Note that Proposition 9 requires that the condition only contains attributes that are also projected (in this case $\downarrow a, \uparrow a$ must be in As). This condition is satisfied as per Proposition 17. Also note that the proof uses an assumption, which states that if any two events in a case have the same value for an attribute, all events for that case that are between these two (in time) must also have that value (${\downarrow }a \theta x \wedge {\uparrow }a \theta x \Rightarrow a \theta x$). This assumption holds for case attributes and for event attributes, which are the scope of this proposition. As a consequence, the proposition can only be used to optimize a query on such attributes, but not on other attributes, such as the resource attribute.

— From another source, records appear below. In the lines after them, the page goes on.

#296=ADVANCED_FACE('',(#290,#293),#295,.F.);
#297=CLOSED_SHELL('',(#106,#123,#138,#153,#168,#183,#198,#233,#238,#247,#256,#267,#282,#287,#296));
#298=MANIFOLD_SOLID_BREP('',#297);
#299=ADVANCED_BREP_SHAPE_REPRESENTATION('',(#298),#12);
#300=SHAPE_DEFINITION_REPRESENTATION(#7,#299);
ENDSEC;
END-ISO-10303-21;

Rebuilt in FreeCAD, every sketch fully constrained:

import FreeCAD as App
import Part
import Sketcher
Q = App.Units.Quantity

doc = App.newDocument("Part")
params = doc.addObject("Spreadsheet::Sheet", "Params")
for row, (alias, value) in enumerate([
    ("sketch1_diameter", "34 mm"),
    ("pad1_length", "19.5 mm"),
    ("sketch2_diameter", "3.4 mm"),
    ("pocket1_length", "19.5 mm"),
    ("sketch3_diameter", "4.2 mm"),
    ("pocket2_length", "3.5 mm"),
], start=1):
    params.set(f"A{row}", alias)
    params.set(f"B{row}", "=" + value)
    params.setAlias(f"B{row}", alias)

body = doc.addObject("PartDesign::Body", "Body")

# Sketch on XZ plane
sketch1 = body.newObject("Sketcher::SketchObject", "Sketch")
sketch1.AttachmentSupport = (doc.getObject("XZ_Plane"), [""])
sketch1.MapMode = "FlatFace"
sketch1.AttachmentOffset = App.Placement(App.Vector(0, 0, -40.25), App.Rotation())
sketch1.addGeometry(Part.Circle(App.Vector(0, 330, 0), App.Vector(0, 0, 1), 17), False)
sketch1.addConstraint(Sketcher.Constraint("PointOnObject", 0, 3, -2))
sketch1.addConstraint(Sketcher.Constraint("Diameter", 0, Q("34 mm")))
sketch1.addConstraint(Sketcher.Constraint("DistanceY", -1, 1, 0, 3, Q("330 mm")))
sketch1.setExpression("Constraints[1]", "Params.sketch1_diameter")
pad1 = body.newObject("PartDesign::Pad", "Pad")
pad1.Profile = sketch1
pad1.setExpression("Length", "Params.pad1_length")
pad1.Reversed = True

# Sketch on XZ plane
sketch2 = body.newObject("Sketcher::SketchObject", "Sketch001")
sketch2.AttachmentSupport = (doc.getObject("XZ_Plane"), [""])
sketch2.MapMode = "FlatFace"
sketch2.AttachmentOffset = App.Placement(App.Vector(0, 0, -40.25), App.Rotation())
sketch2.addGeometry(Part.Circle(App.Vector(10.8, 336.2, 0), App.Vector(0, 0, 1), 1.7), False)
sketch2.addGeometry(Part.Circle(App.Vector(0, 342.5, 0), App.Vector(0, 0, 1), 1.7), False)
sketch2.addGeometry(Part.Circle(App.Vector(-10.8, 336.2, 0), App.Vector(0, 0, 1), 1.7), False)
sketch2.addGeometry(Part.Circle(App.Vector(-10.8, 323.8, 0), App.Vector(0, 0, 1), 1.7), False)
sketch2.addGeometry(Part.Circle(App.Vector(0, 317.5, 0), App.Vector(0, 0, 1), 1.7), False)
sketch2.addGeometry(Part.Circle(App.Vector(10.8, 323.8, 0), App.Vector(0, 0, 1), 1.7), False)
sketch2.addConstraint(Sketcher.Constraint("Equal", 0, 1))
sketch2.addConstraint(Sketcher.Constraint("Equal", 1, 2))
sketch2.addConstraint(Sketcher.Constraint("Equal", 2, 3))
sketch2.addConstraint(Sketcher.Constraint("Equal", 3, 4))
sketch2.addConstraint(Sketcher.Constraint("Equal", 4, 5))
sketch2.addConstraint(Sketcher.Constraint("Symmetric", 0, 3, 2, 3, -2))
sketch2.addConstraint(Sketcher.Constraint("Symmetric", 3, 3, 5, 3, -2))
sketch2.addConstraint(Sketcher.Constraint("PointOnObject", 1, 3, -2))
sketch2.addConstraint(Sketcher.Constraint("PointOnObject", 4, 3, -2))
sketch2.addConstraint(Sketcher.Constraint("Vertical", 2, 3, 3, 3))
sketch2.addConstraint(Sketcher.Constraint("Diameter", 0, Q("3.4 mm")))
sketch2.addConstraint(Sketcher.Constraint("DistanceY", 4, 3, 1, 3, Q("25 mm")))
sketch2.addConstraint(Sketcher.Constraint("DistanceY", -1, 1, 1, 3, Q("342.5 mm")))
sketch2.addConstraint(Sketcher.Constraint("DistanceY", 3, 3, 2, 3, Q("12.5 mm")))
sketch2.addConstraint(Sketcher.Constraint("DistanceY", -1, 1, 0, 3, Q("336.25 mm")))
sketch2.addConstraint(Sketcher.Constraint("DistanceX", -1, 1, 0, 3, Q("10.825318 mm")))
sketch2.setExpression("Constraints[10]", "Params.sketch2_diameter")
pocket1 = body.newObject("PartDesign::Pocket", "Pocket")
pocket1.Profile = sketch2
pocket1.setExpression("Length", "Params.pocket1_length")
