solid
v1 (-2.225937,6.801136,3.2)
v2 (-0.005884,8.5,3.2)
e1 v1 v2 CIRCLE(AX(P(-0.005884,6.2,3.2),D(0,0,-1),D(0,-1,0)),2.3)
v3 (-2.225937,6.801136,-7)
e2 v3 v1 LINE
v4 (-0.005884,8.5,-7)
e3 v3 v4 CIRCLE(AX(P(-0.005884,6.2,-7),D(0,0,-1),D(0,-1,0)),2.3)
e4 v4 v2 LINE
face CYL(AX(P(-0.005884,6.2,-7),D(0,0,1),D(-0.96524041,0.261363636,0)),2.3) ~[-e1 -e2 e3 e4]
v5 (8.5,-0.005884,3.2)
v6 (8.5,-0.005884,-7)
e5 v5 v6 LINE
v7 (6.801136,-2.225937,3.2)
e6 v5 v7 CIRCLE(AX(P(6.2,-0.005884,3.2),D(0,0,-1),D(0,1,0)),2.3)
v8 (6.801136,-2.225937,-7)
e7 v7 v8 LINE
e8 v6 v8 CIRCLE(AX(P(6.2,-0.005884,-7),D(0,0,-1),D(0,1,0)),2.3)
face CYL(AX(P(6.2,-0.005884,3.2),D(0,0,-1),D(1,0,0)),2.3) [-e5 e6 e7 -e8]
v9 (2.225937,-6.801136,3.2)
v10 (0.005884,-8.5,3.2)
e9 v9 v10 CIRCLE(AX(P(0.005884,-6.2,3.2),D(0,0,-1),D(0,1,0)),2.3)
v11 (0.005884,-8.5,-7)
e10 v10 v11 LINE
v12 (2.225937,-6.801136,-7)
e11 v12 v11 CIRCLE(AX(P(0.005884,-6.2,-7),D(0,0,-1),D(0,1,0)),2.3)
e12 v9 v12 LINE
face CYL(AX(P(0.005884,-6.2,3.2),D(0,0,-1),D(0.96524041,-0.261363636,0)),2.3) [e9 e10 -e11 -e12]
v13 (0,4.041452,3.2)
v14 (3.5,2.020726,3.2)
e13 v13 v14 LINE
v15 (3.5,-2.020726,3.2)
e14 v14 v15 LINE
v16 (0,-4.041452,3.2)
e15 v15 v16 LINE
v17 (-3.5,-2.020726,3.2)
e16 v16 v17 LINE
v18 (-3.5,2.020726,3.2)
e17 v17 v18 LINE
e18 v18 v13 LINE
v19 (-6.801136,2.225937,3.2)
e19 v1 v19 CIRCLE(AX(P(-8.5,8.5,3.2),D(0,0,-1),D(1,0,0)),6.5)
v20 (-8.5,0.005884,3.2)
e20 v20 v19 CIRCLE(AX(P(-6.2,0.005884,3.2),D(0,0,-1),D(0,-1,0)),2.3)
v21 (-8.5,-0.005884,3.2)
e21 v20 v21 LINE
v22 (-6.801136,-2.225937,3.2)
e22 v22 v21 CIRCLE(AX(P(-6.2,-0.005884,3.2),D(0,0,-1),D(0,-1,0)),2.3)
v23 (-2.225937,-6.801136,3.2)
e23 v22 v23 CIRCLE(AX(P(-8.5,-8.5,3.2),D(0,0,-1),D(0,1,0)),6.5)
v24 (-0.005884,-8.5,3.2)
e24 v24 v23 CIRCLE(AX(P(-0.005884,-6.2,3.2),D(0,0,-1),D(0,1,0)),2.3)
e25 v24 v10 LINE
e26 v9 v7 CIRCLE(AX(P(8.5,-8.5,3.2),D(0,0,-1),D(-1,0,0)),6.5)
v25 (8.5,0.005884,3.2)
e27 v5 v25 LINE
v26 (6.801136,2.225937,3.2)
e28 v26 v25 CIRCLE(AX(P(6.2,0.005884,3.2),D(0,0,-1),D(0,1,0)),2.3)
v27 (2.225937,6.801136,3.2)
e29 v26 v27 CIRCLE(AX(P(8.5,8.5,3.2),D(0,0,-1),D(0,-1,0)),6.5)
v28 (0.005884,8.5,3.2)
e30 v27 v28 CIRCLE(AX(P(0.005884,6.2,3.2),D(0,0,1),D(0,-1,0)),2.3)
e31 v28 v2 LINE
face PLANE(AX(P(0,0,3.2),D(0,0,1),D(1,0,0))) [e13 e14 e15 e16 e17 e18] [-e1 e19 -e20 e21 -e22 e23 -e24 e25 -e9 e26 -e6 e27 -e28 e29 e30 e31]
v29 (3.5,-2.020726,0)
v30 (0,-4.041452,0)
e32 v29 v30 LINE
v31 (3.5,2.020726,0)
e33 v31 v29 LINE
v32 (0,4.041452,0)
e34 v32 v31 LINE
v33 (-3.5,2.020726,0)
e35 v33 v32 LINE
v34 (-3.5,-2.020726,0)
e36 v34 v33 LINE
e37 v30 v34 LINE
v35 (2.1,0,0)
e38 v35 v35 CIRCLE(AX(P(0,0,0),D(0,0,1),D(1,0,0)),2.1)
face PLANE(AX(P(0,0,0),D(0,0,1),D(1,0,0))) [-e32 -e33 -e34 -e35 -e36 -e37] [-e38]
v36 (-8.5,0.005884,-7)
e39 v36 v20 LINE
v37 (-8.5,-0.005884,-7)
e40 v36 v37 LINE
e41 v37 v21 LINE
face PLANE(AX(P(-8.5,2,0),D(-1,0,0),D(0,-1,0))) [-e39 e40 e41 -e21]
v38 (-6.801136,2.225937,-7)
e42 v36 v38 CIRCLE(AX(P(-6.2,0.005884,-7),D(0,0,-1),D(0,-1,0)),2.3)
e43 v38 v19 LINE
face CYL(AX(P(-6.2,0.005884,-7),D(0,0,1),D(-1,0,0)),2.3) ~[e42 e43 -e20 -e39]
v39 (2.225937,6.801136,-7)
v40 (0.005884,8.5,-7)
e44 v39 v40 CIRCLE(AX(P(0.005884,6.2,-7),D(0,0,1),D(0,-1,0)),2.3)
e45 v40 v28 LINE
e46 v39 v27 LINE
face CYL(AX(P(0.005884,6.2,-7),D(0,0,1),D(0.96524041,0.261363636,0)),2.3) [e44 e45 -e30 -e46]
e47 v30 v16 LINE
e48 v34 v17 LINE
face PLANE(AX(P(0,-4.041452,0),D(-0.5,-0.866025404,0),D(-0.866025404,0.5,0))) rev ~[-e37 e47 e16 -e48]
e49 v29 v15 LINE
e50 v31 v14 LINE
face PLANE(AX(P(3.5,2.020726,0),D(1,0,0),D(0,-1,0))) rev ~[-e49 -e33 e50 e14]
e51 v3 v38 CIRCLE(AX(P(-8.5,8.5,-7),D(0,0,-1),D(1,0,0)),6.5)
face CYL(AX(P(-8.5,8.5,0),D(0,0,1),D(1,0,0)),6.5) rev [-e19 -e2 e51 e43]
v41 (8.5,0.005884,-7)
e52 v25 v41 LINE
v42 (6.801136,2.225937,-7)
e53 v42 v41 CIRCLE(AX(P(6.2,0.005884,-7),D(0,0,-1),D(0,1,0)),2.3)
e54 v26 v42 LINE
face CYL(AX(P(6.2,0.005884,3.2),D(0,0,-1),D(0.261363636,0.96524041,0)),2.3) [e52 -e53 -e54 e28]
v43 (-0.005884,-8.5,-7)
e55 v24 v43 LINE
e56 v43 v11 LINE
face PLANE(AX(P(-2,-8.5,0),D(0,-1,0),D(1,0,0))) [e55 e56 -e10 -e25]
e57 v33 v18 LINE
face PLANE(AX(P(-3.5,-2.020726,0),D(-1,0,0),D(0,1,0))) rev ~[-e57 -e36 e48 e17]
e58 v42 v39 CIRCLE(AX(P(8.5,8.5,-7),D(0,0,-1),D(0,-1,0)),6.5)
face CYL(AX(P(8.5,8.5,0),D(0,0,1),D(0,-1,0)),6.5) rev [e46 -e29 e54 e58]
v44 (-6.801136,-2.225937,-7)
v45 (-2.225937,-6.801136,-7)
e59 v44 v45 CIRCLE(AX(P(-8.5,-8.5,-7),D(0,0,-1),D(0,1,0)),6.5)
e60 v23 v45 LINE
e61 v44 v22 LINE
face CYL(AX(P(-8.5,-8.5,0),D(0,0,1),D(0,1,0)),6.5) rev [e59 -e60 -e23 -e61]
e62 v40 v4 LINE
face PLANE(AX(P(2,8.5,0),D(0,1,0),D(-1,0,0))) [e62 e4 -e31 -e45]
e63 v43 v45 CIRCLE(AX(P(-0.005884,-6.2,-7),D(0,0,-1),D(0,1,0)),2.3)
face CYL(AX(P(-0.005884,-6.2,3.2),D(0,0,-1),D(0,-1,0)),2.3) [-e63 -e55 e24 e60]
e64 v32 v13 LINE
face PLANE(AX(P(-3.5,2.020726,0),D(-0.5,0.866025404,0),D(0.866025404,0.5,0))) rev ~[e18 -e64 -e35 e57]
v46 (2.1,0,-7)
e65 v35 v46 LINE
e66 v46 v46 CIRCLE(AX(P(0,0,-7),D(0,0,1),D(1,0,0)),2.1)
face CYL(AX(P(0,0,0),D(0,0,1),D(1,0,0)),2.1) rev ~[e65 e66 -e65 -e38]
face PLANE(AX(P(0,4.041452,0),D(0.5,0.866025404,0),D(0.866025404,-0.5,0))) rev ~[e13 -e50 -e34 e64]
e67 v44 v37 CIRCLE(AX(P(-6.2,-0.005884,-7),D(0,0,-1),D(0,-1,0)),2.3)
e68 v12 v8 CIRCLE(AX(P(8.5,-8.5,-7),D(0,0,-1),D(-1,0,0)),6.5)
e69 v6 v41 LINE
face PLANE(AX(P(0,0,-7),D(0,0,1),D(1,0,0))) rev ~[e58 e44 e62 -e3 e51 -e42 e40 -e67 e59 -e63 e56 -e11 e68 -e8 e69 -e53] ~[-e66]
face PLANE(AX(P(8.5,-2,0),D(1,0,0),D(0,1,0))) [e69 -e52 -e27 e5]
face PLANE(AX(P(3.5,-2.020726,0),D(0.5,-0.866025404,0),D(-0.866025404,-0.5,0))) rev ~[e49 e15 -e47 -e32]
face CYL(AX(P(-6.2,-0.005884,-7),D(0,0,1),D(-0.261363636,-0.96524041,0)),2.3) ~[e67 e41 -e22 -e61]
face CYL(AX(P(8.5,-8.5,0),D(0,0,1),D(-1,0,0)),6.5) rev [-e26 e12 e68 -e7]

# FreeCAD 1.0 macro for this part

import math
import FreeCAD as App
import Part
import Sketcher
from FreeCAD import Vector
Q = App.Units.Quantity


def edges_at(feature, points):
    """Names of the edges that pass closest to the given points."""
    edges = feature.Shape.Edges
    near = lambda p: min(range(len(edges)), key=lambda i: edges[i].distToShape(Part.Vertex(*p))[0])
    return sorted({f"Edge{near(p) + 1}" for p in points})

doc = App.newDocument("Part")
params = doc.addObject("Spreadsheet::Sheet", "Params")
for row, (alias, value) in enumerate([
    ("sketch1_radius", "6.5 mm"),
    ("sketch1_width", "4 mm"),
    ("pad1_length", "3.2 mm"),
    ("sketch2_diameter", "4.2 mm"),
    ("sketch2_radius", "6.5 mm"),
    ("sketch2_width", "4 mm"),
    ("pad2_length", "7 mm"),
    ("fillet_radius", "2.3 mm"),
], start=1):
    params.set(f"A{row}", alias)
    params.set(f"B{row}", "=" + value)
    params.setAlias(f"B{row}", alias)

body = doc.addObject("PartDesign::Body", "Body")

# Sketch on XY plane
sketch1 = body.newObject("Sketcher::SketchObject", "Sketch")
sketch1.AttachmentSupport = (doc.getObject("XY_Plane"), [""])
sketch1.MapMode = "FlatFace"
sketch1.addGeometry(Part.ArcOfCircle(Part.Circle(Vector(8.5, 8.5, 0), Vector(0, 0, 1), 6.5), math.radians(180), math.radians(270)), False)
sketch1.addGeometry(Part.LineSegment(Vector(2, 8.5, 0), Vector(-2, 8.5, 0)), False)
sketch1.addGeometry(Part.ArcOfCircle(Part.Circle(Vector(-8.5, 8.5, 0), Vector(0, 0, 1), 6.5), math.radians(-90), math.radians(0)), False)
sketch1.addGeometry(Part.LineSegment(Vector(-8.5, 2, 0), Vector(-8.5, -2, 0)), False)
sketch1.addGeometry(Part.ArcOfCircle(Part.Circle(Vector(-8.5, -8.5, 0), Vector(0, 0, 1), 6.5), math.radians(0), math.radians(90)), False)
sketch1.addGeometry(Part.LineSegment(Vector(-2, -8.5, 0), Vector(2, -8.5, 0)), False)
sketch1.addGeometry(Part.ArcOfCircle(Part.Circle(Vector(8.5, -8.5, 0), Vector(0, 0, 1), 6.5), math.radians(90), math.radians(180)), False)
sketch1.addGeometry(Part.LineSegment(Vector(8.5, -2, 0), Vector(8.5, 2, 0)), False)
sketch1.addGeometry(Part.LineSegment(Vector(-3.5, 2.020726, 0), Vector(0, 4.041452, 0)), False)
sketch1.addGeometry(Part.LineSegment(Vector(0, 4.041452, 0), Vector(3.5, 2.020726, 0)), False)
sketch1.addGeometry(Part.LineSegment(Vector(3.5, 2.020726, 0), Vector(3.5, -2.020726, 0)), False)
sketch1.addGeometry(Part.LineSegment(Vector(3.5, -2.020726, 0), Vector(0, -4.041452, 0)), False)
sketch1.addGeometry(Part.LineSegment(Vector(0, -4.041452, 0), Vector(-3.5, -2.020726, 0)), False)
sketch1.addGeometry(Part.LineSegment(Vector(-3.5, -2.020726, 0), Vector(-3.5, 2.020726, 0)), False)
sketch1.addConstraint(Sketcher.Constraint("Coincident", 0, 1, 1, 1))
sketch1.addConstraint(Sketcher.Constraint("Coincident", 1, 2, 2, 2))
sketch1.addConstraint(Sketcher.Constraint("Coincident", 2, 1, 3, 1))
sketch1.addConstraint(Sketcher.Constraint("Coincident", 3, 2, 4, 2))
sketch1.addConstraint(Sketcher.Constraint("Coincident", 4, 1, 5, 1))
sketch1.addConstraint(Sketcher.Constraint("Coincident", 5, 2, 6, 2))
sketch1.addConstraint(Sketcher.Constraint("Coincident", 6, 1, 7, 1))
sketch1.addConstraint(Sketcher.Constraint("Coincident", 7, 2, 0, 2))
sketch1.addConstraint(Sketcher.Constraint("Coincident", 8, 2, 9, 1))
sketch1.addConstraint(Sketcher.Constraint("Coincident", 9, 2, 10, 1))
sketch1.addConstraint(Sketcher.Constraint("Coincident", 10, 2, 11, 1))
sketch1.addConstraint(Sketcher.Constraint("Coincident", 11, 2, 12, 1))
sketch1.addConstraint(Sketcher.Constraint("Coincident", 12, 2, 13, 1))
sketch1.addConstraint(Sketcher.Constraint("Coincident", 13, 2, 8, 1))
sketch1.addConstraint(Sketcher.Constraint("Horizontal", 1))
sketch1.addConstraint(Sketcher.Constraint("Vertical", 3))
sketch1.addConstraint(Sketcher.Constraint("Horizontal", 5))
sketch1.addConstraint(Sketcher.Constraint("Vertical", 7))
sketch1.addConstraint(Sketcher.Constraint("Vertical", 10))
sketch1.addConstraint(Sketcher.Constraint("Vertical", 13))
sketch1.addConstraint(Sketcher.Constraint("Equal", 0, 2))
sketch1.addConstraint(Sketcher.Constraint("Equal", 2, 4))
sketch1.addConstraint(Sketcher.Constraint("Equal", 4, 6))
sketch1.addConstraint(Sketcher.Constraint("Symmetric", 0, 3, 4, 3, -1, 1))
sketch1.addConstraint(Sketcher.Constraint("Symmetric", 2, 3, 6, 3, -1, 1))
sketch1.addConstraint(Sketcher.Constraint("Symmetric", 8, 2, 11, 2, -1, 1))
sketch1.addConstraint(Sketcher.Constraint("Symmetric", 9, 2, 12, 2, -1, 1))
sketch1.addConstraint(Sketcher.Constraint("Symmetric", 0, 3, 2, 3, -2))
sketch1.addConstraint(Sketcher.Constraint("PointOnObject", 8, 2, -2))
sketch1.addConstraint(Sketcher.Constraint("Parallel", 8, 11))
sketch1.addConstraint(Sketcher.Constraint("Horizontal", 2, 3, 0, 1))
sketch1.addConstraint(Sketcher.Constraint("Horizontal", 6, 3, 4, 1))
sketch1.addConstraint(Sketcher.Constraint("Horizontal", 10, 2, 12, 2))
sketch1.addConstraint(Sketcher.Constraint("Vertical", 4, 3, 2, 1))
sketch1.addConstraint(Sketcher.Constraint("Vertical", 0, 3, 6, 1))
sketch1.addConstraint(Sketcher.Constraint("Equal", 5, 3))
sketch1.addConstraint(Sketcher.Constraint("Radius", 0, Q("6.5 mm")))
sketch1.addConstraint(Sketcher.Constraint("DistanceX", 1, 2, 1, 1, Q("4 mm")))
sketch1.addConstraint(Sketcher.Constraint("Angle", 8, Q("30 deg")))
sketch1.addConstraint(Sketcher.Constraint("DistanceX", 9, 2, 7, 2, Q("5 mm")))
sketch1.addConstraint(Sketcher.Constraint("DistanceY", 10, 2, 10, 1, Q("4.041452 mm")))
sketch1.setExpression("Constraints[36]", "Params.sketch1_radius")
sketch1.setExpression("Constraints[37]", "Params.sketch1_width")
pad1 = body.newObject("PartDesign::Pad", "Pad")
pad1.Profile = sketch1
pad1.setExpression("Length", "Params.pad1_length")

The next proposition is a variant of the previous one, in which there is a selection condition on two attributes instead of an attribute and a value.

Proposition 19

(directly follows and selection commute 2) $>_{c,t} \sigma _{a \theta b} Log = \sigma _{\downarrow a \theta \downarrow b \wedge \downarrow a \theta \uparrow b \wedge \uparrow a \theta \downarrow b \wedge \uparrow a \theta \uparrow b} >_{c,t} Log $, if a, b are case or event attributes.

Proof

Analogous to the proof of Proposition 18$\square $

To prove that directly follows and projection commute, we first need to prove that projection and set minus commute, because the set minus operator is an important part of the definition of the directly follows operator. However, for the general case it is not true that projection and set minus commute. A counter example is easily constructed. Let $R = \{\{a\mapsto 1,b\mapsto 2\}\}$ and $S = \{\{a\mapsto 1,b\mapsto 3\}\}$. For these relations it does not hold that $\pi _{a} (R - S) = (\pi _{a} R) - (\pi _{a} S)$. However, we can prove this proposition for the special case that S is a subset of R and a uniquely identifies tuples in R. Since these conditions are satisfied for the directly follows operator, it is sufficient to prove the proposition under these conditions.

Proposition 20

(projection and restricted set minus commute) $\pi _{a} (R - S) = (\pi _{a} R) - (\pi _{a} S)$, if $S \subseteq R$ and a uniquely identifies each tuple in R.

Proof

This equivalence is proven by observing that $S \subset R$ implies that a non-surjective injective function $f:S\rightarrow R$ exists that matches each tuple s in S to a unique tuple r in R. The fact that a uniquely identifies tuples in R (and also in S, because S is a subset of R) implies that f is completely determined by the values of tuples in a, i.e., the values of attributes other than a have no consequence for f. Therefore, projecting R and S onto a does not change the tuple mapping defined by f.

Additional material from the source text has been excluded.